Of the members of the OPEC as Iran and Venezuela, whose political stability depends on the public subsidies financed by the oil returns, asked insistently for this summit. Besides the receding of the prices of the black gold, the producers face "the decrease of the value of the investments because of the world financial crisis", indicated to the AFP the president of the Libyan national Company of oil (NOC) and minister of oil. If the prices remain around 80 dollars, add Choker Ghana, "we consider reducing our production seriously and we call the other members of the OPEC, as the producers out OPEC (Russia, Norway, Mexico...), to reduce their production to protect their interests."
The financial storm risks to affect the profitability of the exploration-production projects, whose costs exploded these last years because of the enhancement of the raw materials (steel...), of the shortage of facilities and the technical difficulties (offshore deep, bituminous sands...). Besides, the crisis reduced the value of the financial assets of the countries producers, the petrol-monarchies of the Gulf being the more exposed.

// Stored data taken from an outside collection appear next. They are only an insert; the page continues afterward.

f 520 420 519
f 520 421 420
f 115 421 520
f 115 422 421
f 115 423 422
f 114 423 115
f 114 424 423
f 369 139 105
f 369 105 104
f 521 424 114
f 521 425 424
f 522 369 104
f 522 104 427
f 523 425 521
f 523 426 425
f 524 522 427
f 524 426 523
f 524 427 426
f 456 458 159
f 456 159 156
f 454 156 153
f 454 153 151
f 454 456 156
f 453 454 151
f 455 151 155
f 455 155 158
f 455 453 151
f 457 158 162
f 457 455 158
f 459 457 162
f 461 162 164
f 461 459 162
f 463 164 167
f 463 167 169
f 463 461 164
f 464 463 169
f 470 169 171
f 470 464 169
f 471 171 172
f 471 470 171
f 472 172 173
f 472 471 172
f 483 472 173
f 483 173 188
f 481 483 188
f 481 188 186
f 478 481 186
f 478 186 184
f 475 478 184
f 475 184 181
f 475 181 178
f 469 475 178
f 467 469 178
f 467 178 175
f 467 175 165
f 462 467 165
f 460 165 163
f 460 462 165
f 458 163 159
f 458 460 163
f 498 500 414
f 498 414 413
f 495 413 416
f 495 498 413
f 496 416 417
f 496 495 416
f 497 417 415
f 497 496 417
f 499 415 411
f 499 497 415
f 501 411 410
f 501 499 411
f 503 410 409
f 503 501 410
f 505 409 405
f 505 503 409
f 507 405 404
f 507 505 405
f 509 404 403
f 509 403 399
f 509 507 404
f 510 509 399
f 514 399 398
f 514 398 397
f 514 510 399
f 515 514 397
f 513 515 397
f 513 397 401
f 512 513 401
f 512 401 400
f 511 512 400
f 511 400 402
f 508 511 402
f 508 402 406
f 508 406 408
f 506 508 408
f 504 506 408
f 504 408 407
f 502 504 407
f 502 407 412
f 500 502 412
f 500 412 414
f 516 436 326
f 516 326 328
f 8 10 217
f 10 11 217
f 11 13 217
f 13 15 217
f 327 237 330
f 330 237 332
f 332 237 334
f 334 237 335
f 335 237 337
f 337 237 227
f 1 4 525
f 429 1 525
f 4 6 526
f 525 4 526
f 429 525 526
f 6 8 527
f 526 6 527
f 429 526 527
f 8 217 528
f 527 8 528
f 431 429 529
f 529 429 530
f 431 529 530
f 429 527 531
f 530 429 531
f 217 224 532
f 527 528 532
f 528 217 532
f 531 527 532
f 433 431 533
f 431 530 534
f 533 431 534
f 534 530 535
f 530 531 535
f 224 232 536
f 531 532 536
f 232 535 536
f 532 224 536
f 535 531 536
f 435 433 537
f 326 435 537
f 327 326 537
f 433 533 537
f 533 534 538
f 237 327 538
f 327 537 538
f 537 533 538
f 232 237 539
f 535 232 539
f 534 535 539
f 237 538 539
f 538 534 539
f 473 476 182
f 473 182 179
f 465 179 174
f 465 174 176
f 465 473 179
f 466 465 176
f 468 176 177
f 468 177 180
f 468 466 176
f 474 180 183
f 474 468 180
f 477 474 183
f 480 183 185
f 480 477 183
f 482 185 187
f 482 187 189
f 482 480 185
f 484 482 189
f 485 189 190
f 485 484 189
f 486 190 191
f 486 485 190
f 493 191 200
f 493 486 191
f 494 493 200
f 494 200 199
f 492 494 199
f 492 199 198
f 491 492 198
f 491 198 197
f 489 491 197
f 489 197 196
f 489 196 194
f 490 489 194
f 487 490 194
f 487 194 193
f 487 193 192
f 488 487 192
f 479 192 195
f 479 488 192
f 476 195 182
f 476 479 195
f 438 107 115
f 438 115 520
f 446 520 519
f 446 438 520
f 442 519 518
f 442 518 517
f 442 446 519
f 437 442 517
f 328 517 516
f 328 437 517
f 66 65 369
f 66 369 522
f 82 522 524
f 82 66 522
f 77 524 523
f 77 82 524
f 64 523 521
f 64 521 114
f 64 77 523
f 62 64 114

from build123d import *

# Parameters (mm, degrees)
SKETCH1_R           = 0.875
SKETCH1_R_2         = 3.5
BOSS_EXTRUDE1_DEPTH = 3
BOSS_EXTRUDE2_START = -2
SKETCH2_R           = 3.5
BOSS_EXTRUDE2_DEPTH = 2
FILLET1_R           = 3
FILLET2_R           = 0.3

Since his/her/its record of July 11 to 147,50 dollars, the price of the barrel lowered of near 50%. To what level can he/it stabilize? The speculative movements and the unceasing round-trips of the investors on the raw return the difficult answer. Lately, the bank business Merrill Lynch didn't exclude a floor of 50 dollars, his/her/its level of beginning 2005. This doorstep is unacceptable for all countries producers. Today, Iran and Venezuela defend a price floor of 100 dollars, while the president of the OPEC, the Algerian Khaki Hell, spoke lately of 80 dollars.
If the demand of products manufactured come from continuous Asia to lower, the recession in the OECD zone (Organization of cooperation and economic development) will have an impact on the production (notably Chinese) and therefore on the consumption of oil. The Center heart Global Energy Studies of London indicated, in September, that "the contribution of China to the growth of the demand seems about to vacillate." But the decrease of the oil prices would be also a good point for the resumption of the growth.